### [WHAT NEEDS TO BE DONE]
Starting at the top of the entries below, set down every line exactly, please, until you reach the line with "#137=CIRCLE('',#115,7.);", which is included too.

### [GIVEN RECORDS]
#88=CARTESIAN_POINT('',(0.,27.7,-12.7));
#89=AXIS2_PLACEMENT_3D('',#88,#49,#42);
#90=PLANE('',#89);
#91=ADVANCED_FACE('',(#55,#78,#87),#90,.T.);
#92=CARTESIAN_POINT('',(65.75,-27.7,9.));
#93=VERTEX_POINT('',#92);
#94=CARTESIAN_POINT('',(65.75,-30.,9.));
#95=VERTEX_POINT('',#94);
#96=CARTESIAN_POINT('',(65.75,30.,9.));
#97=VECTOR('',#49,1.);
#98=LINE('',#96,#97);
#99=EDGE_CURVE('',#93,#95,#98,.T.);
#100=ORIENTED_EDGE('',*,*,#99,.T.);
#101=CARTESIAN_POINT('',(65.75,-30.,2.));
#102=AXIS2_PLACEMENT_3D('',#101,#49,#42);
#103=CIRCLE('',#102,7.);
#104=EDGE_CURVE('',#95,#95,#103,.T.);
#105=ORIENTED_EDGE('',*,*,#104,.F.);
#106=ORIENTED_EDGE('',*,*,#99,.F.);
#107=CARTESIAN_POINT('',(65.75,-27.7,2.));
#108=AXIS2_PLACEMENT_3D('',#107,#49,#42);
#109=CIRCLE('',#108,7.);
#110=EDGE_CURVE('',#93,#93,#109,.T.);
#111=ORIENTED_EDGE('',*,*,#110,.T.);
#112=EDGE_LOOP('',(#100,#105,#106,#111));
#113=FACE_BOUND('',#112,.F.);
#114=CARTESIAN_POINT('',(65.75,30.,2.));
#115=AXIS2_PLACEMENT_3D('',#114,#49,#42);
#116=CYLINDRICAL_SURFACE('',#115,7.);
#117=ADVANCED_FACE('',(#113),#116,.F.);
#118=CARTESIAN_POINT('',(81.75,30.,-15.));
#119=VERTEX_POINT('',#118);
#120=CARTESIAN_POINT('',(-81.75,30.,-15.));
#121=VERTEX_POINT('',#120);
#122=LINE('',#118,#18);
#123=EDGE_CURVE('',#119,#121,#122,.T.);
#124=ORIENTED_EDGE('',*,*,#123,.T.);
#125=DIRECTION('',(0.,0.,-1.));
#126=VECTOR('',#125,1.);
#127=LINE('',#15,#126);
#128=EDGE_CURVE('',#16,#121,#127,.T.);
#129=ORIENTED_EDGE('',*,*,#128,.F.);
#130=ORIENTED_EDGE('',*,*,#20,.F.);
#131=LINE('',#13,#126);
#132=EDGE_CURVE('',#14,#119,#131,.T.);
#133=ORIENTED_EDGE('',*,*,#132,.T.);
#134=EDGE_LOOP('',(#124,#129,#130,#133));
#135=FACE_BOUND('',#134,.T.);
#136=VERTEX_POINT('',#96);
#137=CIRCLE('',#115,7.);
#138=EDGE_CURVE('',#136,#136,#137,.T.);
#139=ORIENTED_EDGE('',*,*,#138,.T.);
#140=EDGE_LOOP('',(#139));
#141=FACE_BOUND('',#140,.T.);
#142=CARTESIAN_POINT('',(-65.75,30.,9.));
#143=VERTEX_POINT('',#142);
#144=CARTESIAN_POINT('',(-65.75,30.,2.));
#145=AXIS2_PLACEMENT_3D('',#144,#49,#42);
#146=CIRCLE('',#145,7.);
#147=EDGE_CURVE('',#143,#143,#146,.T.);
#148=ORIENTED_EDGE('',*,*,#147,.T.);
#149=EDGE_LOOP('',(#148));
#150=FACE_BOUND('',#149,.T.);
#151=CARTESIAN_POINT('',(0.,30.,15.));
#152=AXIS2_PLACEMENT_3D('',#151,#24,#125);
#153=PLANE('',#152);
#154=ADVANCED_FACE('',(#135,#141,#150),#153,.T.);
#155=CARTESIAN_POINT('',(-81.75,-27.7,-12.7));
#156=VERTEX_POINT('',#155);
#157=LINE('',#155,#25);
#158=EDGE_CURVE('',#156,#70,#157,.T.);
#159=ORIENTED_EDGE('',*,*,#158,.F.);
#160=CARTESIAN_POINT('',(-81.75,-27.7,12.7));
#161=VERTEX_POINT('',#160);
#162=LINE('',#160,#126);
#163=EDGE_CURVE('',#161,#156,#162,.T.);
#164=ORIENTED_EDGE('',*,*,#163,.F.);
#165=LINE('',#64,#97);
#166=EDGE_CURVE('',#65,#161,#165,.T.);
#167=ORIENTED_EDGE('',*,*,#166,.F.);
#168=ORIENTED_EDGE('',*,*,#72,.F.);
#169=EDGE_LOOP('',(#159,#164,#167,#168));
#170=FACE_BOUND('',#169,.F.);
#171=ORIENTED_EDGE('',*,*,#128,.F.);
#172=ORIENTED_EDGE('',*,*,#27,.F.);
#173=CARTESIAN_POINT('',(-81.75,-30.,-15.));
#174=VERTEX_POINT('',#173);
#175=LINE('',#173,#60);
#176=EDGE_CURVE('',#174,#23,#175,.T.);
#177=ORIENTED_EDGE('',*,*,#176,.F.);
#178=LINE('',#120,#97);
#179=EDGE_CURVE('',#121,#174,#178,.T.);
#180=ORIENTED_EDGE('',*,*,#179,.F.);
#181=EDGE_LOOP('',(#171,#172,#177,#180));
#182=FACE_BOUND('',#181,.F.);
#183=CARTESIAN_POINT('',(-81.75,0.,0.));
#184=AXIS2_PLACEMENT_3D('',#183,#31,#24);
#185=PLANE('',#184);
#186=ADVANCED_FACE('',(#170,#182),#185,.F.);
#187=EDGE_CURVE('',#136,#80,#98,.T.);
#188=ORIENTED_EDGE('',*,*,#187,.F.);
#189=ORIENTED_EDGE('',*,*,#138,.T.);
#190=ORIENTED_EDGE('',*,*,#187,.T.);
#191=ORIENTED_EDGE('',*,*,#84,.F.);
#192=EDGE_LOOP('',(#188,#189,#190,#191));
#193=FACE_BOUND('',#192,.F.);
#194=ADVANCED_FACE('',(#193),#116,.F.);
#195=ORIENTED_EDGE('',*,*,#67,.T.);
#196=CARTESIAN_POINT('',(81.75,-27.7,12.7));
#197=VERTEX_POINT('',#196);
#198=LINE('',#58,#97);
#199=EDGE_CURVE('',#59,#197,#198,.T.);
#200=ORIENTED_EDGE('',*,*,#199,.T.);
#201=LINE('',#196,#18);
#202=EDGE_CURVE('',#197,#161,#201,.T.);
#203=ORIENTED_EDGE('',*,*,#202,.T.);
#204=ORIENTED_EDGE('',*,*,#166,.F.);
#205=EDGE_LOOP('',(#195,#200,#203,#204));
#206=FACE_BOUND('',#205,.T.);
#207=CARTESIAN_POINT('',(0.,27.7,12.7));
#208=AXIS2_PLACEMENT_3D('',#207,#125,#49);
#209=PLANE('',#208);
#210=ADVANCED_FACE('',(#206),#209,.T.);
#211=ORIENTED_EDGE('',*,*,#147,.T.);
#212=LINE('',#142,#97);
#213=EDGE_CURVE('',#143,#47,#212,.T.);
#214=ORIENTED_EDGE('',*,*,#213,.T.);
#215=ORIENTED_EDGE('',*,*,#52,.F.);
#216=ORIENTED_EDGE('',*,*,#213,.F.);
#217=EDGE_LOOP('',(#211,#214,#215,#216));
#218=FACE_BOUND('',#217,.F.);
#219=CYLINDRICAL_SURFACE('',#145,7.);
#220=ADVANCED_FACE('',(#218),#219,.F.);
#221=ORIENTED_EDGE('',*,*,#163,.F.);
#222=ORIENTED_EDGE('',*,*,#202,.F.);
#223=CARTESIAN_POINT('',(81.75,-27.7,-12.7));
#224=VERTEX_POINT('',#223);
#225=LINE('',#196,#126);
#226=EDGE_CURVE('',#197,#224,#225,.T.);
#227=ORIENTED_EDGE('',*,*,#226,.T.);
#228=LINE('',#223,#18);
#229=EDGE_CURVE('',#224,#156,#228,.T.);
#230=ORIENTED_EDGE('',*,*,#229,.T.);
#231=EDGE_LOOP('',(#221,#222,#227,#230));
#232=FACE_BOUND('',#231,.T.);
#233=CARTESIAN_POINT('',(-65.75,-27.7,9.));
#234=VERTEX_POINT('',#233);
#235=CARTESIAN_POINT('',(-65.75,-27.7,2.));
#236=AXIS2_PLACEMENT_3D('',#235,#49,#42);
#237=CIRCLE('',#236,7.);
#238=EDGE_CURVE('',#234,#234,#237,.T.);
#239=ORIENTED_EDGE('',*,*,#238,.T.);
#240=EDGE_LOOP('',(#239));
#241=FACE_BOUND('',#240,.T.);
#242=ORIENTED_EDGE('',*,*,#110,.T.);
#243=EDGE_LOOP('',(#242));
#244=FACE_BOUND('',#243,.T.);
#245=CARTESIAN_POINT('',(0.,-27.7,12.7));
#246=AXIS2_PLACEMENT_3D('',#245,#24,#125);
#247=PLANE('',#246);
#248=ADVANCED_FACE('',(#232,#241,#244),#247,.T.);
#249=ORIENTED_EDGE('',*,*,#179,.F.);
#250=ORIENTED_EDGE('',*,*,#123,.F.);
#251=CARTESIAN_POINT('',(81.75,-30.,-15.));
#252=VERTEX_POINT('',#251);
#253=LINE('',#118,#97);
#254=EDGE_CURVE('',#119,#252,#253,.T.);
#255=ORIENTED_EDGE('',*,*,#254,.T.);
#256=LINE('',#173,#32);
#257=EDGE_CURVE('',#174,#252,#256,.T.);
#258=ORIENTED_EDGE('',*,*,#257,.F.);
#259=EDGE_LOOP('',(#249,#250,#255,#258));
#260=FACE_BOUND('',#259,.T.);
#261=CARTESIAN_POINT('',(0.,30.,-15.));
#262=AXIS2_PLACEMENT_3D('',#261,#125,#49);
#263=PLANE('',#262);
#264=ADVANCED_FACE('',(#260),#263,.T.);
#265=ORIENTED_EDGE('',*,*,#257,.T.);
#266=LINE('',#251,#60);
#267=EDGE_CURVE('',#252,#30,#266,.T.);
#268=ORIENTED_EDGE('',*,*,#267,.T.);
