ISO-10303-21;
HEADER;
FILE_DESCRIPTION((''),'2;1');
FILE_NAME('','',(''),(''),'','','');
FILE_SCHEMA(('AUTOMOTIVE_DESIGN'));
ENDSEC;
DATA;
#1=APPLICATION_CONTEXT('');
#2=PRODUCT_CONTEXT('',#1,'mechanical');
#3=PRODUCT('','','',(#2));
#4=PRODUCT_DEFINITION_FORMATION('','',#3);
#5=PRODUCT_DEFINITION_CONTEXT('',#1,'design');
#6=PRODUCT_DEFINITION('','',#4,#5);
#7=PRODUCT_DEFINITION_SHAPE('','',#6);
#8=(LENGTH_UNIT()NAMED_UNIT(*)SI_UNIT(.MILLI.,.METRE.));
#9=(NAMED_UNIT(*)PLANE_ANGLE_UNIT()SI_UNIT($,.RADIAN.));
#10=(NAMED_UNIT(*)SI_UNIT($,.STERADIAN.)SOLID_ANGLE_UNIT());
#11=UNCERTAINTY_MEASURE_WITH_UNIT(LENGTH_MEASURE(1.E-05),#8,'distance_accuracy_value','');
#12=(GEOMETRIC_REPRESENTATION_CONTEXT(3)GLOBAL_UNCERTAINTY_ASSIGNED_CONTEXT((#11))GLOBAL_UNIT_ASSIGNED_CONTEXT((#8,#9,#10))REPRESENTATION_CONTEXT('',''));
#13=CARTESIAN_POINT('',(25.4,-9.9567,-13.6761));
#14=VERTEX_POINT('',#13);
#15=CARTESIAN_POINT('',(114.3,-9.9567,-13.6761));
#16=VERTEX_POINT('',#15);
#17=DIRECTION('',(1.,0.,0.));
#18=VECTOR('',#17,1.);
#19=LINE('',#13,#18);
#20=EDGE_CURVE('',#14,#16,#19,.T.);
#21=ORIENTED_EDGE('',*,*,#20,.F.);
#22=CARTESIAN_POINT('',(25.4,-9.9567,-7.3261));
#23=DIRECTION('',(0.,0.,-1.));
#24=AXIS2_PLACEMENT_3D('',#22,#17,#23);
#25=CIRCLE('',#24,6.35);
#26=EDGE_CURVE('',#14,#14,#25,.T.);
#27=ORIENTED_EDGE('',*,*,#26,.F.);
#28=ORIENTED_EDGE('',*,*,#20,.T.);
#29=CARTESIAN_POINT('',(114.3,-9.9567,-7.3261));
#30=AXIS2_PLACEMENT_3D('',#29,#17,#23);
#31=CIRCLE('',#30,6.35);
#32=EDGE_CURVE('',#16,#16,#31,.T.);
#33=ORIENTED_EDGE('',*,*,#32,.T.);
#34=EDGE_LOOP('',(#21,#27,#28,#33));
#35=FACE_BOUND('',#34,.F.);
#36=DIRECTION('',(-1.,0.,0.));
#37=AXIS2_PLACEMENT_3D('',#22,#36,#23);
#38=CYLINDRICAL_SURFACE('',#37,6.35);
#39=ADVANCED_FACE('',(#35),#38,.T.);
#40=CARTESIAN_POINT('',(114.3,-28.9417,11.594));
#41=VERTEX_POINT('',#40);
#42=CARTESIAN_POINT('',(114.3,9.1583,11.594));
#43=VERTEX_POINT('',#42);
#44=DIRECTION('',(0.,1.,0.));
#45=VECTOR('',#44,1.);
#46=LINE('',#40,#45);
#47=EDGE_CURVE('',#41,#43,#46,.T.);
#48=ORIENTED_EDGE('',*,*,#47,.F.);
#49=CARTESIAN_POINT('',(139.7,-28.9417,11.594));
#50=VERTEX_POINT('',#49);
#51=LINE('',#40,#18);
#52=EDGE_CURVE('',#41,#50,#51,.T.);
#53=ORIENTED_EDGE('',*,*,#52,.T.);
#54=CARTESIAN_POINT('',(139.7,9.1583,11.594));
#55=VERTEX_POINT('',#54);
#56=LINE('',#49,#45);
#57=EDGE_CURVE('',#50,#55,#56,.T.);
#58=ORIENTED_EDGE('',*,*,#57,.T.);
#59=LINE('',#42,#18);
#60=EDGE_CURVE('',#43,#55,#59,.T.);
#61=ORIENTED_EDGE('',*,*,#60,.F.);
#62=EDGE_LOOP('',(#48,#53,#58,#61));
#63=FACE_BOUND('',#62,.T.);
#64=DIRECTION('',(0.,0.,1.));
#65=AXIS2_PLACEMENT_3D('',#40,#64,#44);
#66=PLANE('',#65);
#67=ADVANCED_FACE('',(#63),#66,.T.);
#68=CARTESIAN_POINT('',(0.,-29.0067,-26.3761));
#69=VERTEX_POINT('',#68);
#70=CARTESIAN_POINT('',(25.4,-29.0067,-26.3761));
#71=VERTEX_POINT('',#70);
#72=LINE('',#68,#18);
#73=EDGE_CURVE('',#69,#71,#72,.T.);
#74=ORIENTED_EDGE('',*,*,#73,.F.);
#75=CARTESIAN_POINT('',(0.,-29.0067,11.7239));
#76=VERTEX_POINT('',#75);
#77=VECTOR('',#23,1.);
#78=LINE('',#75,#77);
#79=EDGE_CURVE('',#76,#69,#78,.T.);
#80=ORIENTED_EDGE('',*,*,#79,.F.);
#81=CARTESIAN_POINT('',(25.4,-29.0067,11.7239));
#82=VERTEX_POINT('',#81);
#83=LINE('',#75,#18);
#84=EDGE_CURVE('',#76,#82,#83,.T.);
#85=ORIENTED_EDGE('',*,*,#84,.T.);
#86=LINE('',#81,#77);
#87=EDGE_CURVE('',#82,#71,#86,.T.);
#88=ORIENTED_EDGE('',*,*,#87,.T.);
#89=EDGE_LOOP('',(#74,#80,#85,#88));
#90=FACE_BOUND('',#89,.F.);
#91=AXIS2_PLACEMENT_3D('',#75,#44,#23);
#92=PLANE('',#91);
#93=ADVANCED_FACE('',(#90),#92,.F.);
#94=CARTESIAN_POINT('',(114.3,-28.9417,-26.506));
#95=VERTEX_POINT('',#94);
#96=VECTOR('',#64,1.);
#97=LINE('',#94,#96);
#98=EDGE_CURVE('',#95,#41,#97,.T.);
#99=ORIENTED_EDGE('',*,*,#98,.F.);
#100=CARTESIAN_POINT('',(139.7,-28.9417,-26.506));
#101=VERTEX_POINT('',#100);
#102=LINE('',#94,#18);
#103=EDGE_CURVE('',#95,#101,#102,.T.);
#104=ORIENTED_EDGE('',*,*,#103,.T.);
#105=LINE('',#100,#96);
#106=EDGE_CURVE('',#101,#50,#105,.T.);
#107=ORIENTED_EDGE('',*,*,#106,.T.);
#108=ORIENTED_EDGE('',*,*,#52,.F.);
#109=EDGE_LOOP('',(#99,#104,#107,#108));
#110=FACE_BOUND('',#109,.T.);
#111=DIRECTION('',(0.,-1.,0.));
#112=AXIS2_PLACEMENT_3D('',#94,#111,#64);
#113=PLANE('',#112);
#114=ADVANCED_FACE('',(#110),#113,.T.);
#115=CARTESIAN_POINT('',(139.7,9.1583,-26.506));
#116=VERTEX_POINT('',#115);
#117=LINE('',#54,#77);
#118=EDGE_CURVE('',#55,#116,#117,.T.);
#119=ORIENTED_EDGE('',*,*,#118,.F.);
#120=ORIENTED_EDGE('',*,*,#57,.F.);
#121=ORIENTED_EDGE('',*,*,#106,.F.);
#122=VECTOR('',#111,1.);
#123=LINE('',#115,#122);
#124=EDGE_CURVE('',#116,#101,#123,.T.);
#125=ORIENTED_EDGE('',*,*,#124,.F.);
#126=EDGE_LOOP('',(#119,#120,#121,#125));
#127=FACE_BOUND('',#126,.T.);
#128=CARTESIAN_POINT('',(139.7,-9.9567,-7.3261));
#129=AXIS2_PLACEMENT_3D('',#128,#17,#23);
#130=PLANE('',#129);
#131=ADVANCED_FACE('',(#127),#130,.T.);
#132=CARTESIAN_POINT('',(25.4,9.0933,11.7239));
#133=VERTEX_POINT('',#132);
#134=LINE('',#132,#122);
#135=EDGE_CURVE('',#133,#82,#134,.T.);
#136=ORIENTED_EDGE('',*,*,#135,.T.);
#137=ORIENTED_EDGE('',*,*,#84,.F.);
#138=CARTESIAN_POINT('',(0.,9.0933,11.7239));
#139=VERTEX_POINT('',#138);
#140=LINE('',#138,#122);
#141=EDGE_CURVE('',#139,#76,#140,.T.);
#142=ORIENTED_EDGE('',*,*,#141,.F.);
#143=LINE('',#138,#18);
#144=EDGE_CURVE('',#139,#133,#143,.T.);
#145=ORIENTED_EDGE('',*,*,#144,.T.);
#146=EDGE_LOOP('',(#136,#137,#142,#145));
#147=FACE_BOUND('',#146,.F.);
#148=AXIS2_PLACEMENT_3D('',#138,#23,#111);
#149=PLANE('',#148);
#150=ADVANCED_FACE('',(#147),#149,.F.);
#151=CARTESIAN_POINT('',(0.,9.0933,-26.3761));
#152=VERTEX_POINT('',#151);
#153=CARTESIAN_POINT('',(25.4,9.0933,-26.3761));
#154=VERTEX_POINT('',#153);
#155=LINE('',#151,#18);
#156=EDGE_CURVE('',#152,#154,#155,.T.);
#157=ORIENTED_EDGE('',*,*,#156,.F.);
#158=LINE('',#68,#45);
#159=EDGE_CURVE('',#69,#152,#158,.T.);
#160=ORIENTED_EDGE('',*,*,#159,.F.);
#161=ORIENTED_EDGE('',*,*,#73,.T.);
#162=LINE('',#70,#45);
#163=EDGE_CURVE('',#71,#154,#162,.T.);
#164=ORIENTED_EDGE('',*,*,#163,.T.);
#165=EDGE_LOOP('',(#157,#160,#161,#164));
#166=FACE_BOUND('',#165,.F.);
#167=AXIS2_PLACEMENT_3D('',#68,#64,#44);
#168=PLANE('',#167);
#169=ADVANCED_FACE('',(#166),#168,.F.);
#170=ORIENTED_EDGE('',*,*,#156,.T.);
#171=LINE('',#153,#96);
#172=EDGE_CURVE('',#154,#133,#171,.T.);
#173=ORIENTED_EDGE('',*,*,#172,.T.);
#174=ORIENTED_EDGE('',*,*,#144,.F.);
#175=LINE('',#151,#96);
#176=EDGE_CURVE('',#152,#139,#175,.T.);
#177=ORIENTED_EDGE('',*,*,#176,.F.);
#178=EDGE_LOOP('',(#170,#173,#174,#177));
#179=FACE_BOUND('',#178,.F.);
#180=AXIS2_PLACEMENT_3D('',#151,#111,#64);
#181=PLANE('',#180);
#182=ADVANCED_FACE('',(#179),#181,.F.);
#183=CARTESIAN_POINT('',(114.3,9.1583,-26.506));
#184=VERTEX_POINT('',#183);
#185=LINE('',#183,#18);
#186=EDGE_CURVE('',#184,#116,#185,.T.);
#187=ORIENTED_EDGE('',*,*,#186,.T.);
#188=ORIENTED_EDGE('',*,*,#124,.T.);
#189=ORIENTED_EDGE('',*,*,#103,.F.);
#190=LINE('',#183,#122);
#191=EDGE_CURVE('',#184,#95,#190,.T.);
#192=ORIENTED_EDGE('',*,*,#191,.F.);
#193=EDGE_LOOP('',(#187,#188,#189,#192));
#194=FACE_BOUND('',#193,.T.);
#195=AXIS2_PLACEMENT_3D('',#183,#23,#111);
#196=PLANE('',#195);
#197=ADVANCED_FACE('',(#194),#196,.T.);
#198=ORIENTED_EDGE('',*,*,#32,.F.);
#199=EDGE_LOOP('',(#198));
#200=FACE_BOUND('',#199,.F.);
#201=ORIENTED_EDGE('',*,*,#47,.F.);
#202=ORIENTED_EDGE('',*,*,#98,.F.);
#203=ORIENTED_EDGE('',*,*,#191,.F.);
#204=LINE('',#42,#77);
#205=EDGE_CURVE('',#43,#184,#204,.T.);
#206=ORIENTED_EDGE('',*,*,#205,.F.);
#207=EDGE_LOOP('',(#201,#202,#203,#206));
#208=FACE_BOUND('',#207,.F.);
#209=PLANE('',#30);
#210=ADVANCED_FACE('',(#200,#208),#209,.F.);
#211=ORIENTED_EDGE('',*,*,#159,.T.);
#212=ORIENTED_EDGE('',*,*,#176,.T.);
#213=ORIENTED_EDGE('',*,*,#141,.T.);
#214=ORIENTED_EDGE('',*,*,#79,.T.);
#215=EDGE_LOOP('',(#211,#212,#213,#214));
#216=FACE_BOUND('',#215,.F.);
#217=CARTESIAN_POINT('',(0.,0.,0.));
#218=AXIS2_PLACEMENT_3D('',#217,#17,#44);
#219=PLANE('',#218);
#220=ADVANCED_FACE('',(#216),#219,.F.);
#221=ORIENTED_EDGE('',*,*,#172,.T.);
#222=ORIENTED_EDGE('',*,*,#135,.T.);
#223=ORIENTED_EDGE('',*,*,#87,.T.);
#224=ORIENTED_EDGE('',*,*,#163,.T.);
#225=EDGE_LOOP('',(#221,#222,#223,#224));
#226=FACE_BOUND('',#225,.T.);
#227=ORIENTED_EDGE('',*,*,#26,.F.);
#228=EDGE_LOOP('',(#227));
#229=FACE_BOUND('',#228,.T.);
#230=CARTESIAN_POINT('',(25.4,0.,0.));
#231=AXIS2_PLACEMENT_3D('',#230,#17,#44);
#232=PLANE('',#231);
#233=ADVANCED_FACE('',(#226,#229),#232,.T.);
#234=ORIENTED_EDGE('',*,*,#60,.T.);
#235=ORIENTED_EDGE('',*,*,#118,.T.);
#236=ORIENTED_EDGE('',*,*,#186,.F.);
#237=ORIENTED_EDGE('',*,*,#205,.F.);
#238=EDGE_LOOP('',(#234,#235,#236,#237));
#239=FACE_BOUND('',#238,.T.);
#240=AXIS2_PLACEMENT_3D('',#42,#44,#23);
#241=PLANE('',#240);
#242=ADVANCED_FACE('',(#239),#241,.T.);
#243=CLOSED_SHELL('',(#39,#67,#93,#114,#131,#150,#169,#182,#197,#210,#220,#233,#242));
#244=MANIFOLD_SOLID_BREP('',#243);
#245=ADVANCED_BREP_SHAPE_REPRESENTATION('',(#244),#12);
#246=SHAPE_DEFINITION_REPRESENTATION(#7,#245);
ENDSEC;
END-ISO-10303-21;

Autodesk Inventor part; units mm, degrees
ref_plane "YZ Plane" through (0, 0, 0) normal (1, 0, 0) x (0, 1, 0)
ref_plane "XZ Plane" through (0, 0, 0) normal (0, 1, 0) x (-1, 0, 0)
ref_plane "XY Plane" through (0, 0, 0) normal (0, 0, 1) x (1, 0, 0)
sketch "Sketch1" plane through (0, 0, 0) normal (1, 0, 0) x (0, 1, 0)
  line L0 (9.0933, 11.7239) -> (-29.0067, 11.7239)
  line L1 (-29.0067, 11.7239) -> (-29.0067, -26.3761)
  line L2 (-29.0067, -26.3761) -> (9.0933, -26.3761)
  line L3 (9.0933, -26.3761) -> (9.0933, 11.7239)
  circle A0 centre (-9.9567, -7.3261) radius 6.35
  point P0 (0, 0)
  dimension "d0" = 38.1
  dimension "d1" = 38.1
  dimension "d2" = 12.7
  dimension "d3" = 19.05
  dimension "d4" = 19.05
extrude "Extrusion1" add sketch "Sketch1" along normal blind 25.4 contours L3 L2 L1 L0 | A0
sketch "Sketch2" plane through (25.4, 0, 0) normal (1, 0, 0) x (0, 0, -1)
  circle A0 centre (7.3261, -9.9567) radius 6.35
  line L0 (-11.7239, 9.0933) -> (-11.7239, -29.0067) projected
  line L1 (26.3761, 9.0933) -> (-11.7239, 9.0933) projected
  point P0 (0, 0)
  dimension "d7" = 12.7
  dimension "d8" = 19.05
  dimension "d9" = 19.05
extrude "Extrusion2" add sketch "Sketch2" along normal blind 88.9
sketch "Sketch3" plane through (114.3, -9.9567, -7.3261) normal (1, 0, 0) x (0, 0, -1)
  line L0 (-18.9201, 19.115) -> (19.1799, 19.115)
  line L1 (19.1799, 19.115) -> (19.1799, -18.985)
  line L2 (19.1799, -18.985) -> (-18.9201, -18.985)
  line L3 (-18.9201, -18.985) -> (-18.9201, 19.115)
  point P0 (-7.3261, 9.9567)
  dimension "d12" = 38.1
  dimension "d13" = 38.1
extrude "Extrusion3" add sketch "Sketch3" along normal blind 25.4
properties part number "belt axle"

### [TASK RESPONSE]
#88=CARTESIAN_POINT('',(0.,27.7,-12.7));
#89=AXIS2_PLACEMENT_3D('',#88,#49,#42);
#90=PLANE('',#89);
#91=ADVANCED_FACE('',(#55,#78,#87),#90,.T.);
#92=CARTESIAN_POINT('',(65.75,-27.7,9.));
#93=VERTEX_POINT('',#92);
#94=CARTESIAN_POINT('',(65.75,-30.,9.));
#95=VERTEX_POINT('',#94);
#96=CARTESIAN_POINT('',(65.75,30.,9.));
#97=VECTOR('',#49,1.);
#98=LINE('',#96,#97);
#99=EDGE_CURVE('',#93,#95,#98,.T.);
#100=ORIENTED_EDGE('',*,*,#99,.T.);
#101=CARTESIAN_POINT('',(65.75,-30.,2.));
#102=AXIS2_PLACEMENT_3D('',#101,#49,#42);
#103=CIRCLE('',#102,7.);
#104=EDGE_CURVE('',#95,#95,#103,.T.);
#105=ORIENTED_EDGE('',*,*,#104,.F.);
#106=ORIENTED_EDGE('',*,*,#99,.F.);
#107=CARTESIAN_POINT('',(65.75,-27.7,2.));
#108=AXIS2_PLACEMENT_3D('',#107,#49,#42);
#109=CIRCLE('',#108,7.);
#110=EDGE_CURVE('',#93,#93,#109,.T.);
#111=ORIENTED_EDGE('',*,*,#110,.T.);
#112=EDGE_LOOP('',(#100,#105,#106,#111));
#113=FACE_BOUND('',#112,.F.);
#114=CARTESIAN_POINT('',(65.75,30.,2.));
#115=AXIS2_PLACEMENT_3D('',#114,#49,#42);
#116=CYLINDRICAL_SURFACE('',#115,7.);
#117=ADVANCED_FACE('',(#113),#116,.F.);
#118=CARTESIAN_POINT('',(81.75,30.,-15.));
#119=VERTEX_POINT('',#118);
#120=CARTESIAN_POINT('',(-81.75,30.,-15.));
#121=VERTEX_POINT('',#120);
#122=LINE('',#118,#18);
#123=EDGE_CURVE('',#119,#121,#122,.T.);
#124=ORIENTED_EDGE('',*,*,#123,.T.);
#125=DIRECTION('',(0.,0.,-1.));
#126=VECTOR('',#125,1.);
#127=LINE('',#15,#126);
#128=EDGE_CURVE('',#16,#121,#127,.T.);
#129=ORIENTED_EDGE('',*,*,#128,.F.);
#130=ORIENTED_EDGE('',*,*,#20,.F.);
#131=LINE('',#13,#126);
#132=EDGE_CURVE('',#14,#119,#131,.T.);
#133=ORIENTED_EDGE('',*,*,#132,.T.);
#134=EDGE_LOOP('',(#124,#129,#130,#133));
#135=FACE_BOUND('',#134,.T.);
#136=VERTEX_POINT('',#96);
#137=CIRCLE('',#115,7.);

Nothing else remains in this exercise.